YOUR INSTRUCTIONS:
Look through the data below and extract, unchanged, the lines from the one that contains "face PLANE(AX(P(-2.794,50.8,29.772043),D(0,0,1),D(0,-1,0))) rev" to the one that contains "e16 v16 v16", both included.
---
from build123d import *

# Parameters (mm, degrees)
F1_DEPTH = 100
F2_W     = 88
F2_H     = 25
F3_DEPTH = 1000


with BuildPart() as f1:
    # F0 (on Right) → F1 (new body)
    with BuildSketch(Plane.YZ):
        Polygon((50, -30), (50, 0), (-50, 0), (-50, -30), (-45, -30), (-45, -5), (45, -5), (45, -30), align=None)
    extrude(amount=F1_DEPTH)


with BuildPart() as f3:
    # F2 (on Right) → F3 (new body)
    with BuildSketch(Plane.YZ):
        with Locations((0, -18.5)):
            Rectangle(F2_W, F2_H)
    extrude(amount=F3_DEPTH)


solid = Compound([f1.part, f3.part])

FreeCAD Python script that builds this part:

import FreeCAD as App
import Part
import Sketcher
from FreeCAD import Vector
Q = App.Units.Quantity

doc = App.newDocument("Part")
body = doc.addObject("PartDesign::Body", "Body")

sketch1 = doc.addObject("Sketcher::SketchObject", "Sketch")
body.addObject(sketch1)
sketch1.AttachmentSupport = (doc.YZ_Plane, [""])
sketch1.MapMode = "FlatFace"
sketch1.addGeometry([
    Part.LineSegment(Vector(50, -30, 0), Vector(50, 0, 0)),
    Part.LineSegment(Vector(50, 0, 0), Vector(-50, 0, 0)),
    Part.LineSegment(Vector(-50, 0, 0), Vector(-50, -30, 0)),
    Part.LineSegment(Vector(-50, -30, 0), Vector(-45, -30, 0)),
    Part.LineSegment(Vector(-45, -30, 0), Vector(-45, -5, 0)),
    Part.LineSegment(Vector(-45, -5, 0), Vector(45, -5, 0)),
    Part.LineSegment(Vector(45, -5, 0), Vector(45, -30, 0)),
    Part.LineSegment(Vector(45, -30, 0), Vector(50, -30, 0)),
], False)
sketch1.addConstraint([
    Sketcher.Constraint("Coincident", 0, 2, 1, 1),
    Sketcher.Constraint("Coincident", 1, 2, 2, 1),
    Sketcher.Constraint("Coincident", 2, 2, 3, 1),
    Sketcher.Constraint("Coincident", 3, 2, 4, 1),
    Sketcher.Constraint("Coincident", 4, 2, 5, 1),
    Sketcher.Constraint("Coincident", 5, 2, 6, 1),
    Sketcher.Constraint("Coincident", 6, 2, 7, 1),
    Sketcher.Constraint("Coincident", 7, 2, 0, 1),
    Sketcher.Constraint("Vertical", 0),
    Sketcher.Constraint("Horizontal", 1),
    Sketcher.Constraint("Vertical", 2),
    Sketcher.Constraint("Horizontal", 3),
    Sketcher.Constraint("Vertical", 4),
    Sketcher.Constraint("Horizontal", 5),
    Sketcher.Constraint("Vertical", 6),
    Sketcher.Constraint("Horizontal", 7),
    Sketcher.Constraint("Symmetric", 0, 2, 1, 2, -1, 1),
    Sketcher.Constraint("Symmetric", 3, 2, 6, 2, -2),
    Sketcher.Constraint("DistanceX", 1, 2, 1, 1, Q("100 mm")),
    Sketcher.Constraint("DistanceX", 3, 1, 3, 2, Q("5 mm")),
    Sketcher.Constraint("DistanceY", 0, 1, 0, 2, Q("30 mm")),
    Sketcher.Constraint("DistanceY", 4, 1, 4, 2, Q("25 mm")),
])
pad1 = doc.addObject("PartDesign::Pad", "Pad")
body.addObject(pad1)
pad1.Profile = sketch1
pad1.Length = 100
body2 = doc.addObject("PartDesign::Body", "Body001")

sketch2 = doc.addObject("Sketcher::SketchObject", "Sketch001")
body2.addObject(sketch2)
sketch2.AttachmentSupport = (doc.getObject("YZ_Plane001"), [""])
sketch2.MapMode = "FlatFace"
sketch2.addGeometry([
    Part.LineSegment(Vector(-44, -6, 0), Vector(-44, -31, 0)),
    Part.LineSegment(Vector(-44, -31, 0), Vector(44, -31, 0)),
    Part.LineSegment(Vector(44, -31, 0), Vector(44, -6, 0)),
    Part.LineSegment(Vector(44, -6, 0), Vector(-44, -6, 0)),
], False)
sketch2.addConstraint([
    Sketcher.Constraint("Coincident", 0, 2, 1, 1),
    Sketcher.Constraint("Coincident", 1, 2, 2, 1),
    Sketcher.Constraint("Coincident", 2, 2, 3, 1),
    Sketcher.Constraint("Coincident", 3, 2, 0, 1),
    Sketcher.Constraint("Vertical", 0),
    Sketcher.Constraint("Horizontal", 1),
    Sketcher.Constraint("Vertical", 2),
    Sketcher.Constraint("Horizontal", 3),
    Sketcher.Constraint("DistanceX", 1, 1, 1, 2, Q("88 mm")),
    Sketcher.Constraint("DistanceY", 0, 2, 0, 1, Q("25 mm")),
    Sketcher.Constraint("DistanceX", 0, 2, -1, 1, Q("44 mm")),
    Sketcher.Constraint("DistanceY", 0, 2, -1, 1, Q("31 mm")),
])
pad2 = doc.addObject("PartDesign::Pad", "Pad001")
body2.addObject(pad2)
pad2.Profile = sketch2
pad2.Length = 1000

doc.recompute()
---
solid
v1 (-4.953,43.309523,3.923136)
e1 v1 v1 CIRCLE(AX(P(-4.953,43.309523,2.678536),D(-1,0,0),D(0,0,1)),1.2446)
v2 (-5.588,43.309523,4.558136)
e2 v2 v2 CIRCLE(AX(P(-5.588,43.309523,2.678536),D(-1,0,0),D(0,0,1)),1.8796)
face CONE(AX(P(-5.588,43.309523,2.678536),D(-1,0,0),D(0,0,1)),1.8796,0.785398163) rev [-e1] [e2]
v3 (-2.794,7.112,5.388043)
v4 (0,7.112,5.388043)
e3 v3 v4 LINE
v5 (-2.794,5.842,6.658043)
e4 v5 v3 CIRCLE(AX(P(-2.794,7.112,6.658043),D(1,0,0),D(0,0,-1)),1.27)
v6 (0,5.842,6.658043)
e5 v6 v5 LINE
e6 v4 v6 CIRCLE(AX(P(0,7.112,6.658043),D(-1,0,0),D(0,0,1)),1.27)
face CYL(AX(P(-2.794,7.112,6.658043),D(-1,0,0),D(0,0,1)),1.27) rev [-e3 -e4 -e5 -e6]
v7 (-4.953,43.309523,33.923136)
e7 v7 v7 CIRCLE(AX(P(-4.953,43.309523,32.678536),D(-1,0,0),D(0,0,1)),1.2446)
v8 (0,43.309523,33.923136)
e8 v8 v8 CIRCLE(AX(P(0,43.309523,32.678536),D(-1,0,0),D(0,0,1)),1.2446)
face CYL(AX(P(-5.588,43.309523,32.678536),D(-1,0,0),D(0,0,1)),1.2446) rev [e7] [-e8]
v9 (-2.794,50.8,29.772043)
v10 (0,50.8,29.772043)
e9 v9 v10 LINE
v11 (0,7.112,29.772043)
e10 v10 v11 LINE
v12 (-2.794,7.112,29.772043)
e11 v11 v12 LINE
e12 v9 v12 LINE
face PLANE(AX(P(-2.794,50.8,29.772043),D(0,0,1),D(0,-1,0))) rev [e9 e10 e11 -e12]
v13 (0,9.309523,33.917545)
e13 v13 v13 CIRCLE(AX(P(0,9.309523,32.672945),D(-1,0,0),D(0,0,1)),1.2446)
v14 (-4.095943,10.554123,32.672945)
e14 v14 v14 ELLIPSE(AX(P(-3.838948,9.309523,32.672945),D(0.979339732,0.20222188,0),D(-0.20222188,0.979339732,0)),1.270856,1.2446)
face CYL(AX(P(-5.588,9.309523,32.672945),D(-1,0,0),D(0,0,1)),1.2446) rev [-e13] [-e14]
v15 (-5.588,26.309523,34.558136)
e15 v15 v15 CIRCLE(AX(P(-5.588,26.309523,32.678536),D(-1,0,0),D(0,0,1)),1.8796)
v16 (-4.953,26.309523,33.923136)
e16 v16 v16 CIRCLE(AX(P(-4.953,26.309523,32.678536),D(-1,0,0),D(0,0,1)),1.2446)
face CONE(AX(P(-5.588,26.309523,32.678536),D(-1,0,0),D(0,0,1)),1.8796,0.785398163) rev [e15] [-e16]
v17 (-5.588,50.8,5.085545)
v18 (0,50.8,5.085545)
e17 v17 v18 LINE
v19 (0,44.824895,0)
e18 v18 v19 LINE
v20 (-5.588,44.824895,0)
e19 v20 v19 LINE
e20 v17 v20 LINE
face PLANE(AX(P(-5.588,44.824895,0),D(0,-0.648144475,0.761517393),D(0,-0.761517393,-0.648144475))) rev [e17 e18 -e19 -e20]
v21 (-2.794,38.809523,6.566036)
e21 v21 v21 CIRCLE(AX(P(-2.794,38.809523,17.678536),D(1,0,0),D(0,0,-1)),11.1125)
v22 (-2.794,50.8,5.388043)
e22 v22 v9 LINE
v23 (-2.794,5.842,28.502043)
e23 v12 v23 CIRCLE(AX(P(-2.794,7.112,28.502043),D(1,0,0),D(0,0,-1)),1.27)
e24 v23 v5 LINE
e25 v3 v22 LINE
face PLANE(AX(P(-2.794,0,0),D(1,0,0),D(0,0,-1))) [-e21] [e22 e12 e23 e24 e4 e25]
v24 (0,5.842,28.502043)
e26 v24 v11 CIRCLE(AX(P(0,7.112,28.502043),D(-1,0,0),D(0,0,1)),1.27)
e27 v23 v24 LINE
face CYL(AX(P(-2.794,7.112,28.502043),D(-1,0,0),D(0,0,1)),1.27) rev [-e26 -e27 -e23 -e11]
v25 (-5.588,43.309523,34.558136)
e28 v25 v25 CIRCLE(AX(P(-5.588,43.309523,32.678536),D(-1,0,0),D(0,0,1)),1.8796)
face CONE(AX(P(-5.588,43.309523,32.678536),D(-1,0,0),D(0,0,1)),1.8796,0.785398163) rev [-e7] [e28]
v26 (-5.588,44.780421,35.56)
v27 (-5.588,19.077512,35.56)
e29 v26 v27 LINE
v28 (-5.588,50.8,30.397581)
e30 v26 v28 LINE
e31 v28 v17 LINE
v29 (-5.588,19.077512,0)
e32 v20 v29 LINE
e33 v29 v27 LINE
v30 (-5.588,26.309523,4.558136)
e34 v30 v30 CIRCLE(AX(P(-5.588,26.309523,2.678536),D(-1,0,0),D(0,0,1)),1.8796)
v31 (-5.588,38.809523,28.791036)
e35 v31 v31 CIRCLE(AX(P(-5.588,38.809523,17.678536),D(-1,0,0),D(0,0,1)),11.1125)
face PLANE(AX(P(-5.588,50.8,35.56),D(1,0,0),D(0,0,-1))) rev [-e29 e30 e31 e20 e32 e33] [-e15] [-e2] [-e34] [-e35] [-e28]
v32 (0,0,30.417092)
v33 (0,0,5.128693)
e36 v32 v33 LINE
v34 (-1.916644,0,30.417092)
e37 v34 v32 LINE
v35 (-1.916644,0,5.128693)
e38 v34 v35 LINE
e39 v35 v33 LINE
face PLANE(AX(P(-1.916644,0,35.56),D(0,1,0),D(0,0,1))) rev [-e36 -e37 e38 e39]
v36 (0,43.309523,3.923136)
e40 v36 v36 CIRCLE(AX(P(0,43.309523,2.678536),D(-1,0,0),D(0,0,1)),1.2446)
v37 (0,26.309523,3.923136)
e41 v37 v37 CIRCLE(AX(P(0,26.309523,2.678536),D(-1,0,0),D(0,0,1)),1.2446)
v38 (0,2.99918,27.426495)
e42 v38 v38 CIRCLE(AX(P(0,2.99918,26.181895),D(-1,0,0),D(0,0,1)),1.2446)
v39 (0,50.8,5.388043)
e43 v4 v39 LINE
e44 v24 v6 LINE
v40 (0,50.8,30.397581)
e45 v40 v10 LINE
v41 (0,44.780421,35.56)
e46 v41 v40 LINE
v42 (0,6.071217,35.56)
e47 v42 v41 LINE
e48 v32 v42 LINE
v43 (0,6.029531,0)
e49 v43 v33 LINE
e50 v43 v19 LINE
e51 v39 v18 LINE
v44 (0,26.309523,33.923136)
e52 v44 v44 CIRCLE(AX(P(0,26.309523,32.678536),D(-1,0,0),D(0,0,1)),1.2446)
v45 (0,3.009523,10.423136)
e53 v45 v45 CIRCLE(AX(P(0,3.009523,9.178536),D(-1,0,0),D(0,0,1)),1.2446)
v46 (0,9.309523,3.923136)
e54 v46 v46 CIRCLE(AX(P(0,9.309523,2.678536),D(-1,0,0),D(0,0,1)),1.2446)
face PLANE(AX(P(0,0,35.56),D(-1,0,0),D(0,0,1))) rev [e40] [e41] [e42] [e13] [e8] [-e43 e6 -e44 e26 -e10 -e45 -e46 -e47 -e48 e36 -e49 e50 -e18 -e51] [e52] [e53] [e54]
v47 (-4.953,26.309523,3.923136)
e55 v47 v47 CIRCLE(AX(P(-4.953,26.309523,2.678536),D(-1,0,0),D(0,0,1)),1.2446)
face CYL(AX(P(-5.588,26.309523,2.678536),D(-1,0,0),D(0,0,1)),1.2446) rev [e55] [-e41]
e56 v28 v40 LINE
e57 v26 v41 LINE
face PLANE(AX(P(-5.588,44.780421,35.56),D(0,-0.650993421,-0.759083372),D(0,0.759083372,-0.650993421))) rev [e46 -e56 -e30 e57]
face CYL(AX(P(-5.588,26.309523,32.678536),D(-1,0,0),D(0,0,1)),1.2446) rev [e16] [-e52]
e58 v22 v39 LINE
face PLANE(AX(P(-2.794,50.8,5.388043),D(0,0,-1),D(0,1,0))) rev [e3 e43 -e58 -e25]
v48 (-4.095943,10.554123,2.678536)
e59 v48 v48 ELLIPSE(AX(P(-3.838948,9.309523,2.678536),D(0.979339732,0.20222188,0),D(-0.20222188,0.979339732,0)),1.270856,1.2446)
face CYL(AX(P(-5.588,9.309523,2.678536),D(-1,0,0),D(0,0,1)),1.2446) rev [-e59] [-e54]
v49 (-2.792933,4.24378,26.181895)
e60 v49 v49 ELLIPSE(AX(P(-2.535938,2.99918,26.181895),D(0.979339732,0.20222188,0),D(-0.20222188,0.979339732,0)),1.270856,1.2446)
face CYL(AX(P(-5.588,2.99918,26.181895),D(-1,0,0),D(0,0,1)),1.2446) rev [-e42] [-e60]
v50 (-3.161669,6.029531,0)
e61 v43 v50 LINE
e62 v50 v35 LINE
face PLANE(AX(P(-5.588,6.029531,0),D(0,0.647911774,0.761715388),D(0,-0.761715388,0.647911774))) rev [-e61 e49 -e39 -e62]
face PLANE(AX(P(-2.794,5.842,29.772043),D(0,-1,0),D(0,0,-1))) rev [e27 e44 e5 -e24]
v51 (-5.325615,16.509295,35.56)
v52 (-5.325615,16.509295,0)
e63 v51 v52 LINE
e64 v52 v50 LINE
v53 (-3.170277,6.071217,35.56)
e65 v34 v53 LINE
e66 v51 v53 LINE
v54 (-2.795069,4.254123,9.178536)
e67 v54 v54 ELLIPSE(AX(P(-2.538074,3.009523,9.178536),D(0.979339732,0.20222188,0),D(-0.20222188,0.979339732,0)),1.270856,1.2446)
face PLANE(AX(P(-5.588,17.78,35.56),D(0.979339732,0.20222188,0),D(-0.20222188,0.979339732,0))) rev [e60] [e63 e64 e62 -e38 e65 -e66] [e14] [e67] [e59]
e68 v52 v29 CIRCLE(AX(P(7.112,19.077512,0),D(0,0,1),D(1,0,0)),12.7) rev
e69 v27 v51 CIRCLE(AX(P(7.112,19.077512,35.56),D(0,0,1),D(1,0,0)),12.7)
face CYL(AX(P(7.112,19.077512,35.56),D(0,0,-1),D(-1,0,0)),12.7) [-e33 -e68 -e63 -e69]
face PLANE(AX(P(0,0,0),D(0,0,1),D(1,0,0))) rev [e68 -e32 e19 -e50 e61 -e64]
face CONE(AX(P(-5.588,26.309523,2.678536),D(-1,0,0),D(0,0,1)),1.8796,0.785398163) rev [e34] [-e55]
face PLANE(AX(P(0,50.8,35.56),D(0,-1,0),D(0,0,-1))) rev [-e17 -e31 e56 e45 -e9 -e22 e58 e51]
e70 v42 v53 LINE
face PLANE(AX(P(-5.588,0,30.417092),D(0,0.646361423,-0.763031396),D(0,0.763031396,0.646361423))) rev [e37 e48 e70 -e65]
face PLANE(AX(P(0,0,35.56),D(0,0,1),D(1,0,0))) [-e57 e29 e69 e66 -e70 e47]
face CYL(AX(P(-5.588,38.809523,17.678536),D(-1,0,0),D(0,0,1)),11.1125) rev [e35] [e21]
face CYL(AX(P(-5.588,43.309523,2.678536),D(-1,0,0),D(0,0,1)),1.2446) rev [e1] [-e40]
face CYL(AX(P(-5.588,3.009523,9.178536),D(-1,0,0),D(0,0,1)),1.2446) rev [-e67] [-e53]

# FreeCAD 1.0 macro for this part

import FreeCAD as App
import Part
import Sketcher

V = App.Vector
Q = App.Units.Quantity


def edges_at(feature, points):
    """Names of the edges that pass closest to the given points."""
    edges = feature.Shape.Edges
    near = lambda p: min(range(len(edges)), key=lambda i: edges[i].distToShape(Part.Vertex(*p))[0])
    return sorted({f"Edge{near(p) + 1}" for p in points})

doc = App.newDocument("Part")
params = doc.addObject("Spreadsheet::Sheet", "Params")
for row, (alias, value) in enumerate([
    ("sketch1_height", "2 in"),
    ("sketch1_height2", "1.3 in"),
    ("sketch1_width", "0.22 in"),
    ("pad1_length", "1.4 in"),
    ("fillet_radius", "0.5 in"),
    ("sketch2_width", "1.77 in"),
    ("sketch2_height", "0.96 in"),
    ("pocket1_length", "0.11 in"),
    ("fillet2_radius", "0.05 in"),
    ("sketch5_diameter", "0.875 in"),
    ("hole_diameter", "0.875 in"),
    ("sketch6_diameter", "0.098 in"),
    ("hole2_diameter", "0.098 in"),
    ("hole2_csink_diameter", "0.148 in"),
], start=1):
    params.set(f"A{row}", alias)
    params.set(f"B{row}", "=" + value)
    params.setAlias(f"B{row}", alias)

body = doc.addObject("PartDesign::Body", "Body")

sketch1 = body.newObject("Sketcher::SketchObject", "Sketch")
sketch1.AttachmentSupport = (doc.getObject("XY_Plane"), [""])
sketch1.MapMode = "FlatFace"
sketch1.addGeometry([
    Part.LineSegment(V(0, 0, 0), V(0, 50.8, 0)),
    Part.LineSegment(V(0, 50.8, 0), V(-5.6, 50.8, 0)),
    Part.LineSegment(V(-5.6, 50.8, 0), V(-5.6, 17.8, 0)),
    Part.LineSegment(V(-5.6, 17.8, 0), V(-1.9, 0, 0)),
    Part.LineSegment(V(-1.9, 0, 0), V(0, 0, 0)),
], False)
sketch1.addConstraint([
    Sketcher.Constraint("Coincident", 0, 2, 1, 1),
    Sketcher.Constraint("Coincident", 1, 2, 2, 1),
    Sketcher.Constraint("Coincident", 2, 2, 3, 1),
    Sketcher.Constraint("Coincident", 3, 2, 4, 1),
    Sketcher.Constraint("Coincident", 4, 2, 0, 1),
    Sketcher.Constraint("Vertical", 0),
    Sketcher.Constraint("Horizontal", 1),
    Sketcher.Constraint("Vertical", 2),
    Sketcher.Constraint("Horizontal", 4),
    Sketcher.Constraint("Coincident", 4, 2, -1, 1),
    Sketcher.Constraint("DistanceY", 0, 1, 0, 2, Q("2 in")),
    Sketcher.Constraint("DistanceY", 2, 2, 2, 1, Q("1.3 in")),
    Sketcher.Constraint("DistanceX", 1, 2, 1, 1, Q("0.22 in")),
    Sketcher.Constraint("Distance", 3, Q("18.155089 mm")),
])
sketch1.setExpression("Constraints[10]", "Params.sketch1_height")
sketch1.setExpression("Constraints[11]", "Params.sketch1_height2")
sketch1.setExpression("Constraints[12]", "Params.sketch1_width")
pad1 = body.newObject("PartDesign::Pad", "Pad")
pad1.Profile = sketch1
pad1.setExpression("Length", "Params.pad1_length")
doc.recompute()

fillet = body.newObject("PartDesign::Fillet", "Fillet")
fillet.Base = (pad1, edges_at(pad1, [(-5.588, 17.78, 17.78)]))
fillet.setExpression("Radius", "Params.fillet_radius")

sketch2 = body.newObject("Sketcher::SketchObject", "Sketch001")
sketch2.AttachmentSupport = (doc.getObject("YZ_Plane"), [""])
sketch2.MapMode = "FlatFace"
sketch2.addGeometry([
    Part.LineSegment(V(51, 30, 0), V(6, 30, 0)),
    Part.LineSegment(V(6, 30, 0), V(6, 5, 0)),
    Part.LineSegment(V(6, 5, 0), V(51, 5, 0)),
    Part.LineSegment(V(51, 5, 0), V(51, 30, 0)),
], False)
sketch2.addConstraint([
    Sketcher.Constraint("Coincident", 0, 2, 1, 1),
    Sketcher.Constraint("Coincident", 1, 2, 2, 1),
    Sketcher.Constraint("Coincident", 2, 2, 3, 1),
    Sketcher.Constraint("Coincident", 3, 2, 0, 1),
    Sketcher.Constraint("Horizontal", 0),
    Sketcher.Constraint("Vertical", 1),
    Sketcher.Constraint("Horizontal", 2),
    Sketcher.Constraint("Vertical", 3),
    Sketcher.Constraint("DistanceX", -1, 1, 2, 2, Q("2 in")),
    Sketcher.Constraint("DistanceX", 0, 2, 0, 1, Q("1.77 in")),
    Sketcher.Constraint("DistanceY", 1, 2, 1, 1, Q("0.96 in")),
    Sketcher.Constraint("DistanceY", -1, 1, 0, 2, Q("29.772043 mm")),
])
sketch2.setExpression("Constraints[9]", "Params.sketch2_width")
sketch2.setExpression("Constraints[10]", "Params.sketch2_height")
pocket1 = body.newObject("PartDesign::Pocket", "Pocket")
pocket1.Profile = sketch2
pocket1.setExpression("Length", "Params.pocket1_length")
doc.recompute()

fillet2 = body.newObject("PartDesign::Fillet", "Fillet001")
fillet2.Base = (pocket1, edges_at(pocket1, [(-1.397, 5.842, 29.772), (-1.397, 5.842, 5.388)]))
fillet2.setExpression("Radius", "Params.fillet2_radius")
---
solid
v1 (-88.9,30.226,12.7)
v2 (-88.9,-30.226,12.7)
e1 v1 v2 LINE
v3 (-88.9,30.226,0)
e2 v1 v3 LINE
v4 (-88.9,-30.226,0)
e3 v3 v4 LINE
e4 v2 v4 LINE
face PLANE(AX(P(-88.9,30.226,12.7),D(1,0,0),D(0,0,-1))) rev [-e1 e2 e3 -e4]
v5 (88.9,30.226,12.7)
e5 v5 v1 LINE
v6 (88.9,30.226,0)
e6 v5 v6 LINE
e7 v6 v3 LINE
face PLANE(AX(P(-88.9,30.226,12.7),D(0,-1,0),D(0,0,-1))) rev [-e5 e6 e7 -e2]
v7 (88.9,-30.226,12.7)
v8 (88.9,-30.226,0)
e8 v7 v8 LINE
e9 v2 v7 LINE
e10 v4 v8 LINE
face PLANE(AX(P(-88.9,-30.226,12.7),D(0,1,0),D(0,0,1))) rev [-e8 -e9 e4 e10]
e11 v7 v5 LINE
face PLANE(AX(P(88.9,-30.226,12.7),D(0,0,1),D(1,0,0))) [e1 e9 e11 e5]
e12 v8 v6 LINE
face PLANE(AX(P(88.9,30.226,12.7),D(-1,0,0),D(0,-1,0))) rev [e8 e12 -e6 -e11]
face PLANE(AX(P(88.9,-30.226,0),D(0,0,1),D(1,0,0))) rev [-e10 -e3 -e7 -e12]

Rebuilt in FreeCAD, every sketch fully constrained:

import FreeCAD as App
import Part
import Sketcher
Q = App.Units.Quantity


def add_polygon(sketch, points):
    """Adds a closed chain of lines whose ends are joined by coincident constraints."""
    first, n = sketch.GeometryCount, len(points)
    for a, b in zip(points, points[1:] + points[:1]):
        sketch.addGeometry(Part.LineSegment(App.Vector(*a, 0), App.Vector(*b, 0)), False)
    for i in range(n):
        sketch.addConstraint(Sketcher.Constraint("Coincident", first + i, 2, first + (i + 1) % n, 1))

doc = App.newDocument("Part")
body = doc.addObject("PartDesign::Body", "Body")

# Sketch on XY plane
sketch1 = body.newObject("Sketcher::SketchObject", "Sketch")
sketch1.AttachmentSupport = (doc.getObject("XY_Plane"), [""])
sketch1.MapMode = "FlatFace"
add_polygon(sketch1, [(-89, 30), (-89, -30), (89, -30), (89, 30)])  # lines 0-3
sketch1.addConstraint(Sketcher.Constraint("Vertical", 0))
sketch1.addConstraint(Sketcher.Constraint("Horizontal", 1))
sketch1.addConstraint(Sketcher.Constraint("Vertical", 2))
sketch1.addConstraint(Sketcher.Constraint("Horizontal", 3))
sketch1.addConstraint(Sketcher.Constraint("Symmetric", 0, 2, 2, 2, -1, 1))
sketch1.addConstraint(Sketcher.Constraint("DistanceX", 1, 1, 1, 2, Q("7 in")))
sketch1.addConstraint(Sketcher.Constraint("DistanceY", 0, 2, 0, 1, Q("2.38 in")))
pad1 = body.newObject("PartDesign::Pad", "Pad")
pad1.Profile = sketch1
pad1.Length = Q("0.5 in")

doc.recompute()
---
WRITTEN SOLUTION:
face PLANE(AX(P(-2.794,50.8,29.772043),D(0,0,1),D(0,-1,0))) rev [e9 e10 e11 -e12]
v13 (0,9.309523,33.917545)
e13 v13 v13 CIRCLE(AX(P(0,9.309523,32.672945),D(-1,0,0),D(0,0,1)),1.2446)
v14 (-4.095943,10.554123,32.672945)
e14 v14 v14 ELLIPSE(AX(P(-3.838948,9.309523,32.672945),D(0.979339732,0.20222188,0),D(-0.20222188,0.979339732,0)),1.270856,1.2446)
face CYL(AX(P(-5.588,9.309523,32.672945),D(-1,0,0),D(0,0,1)),1.2446) rev [-e13] [-e14]
v15 (-5.588,26.309523,34.558136)
e15 v15 v15 CIRCLE(AX(P(-5.588,26.309523,32.678536),D(-1,0,0),D(0,0,1)),1.8796)
v16 (-4.953,26.309523,33.923136)
e16 v16 v16 CIRCLE(AX(P(-4.953,26.309523,32.678536),D(-1,0,0),D(0,0,1)),1.2446)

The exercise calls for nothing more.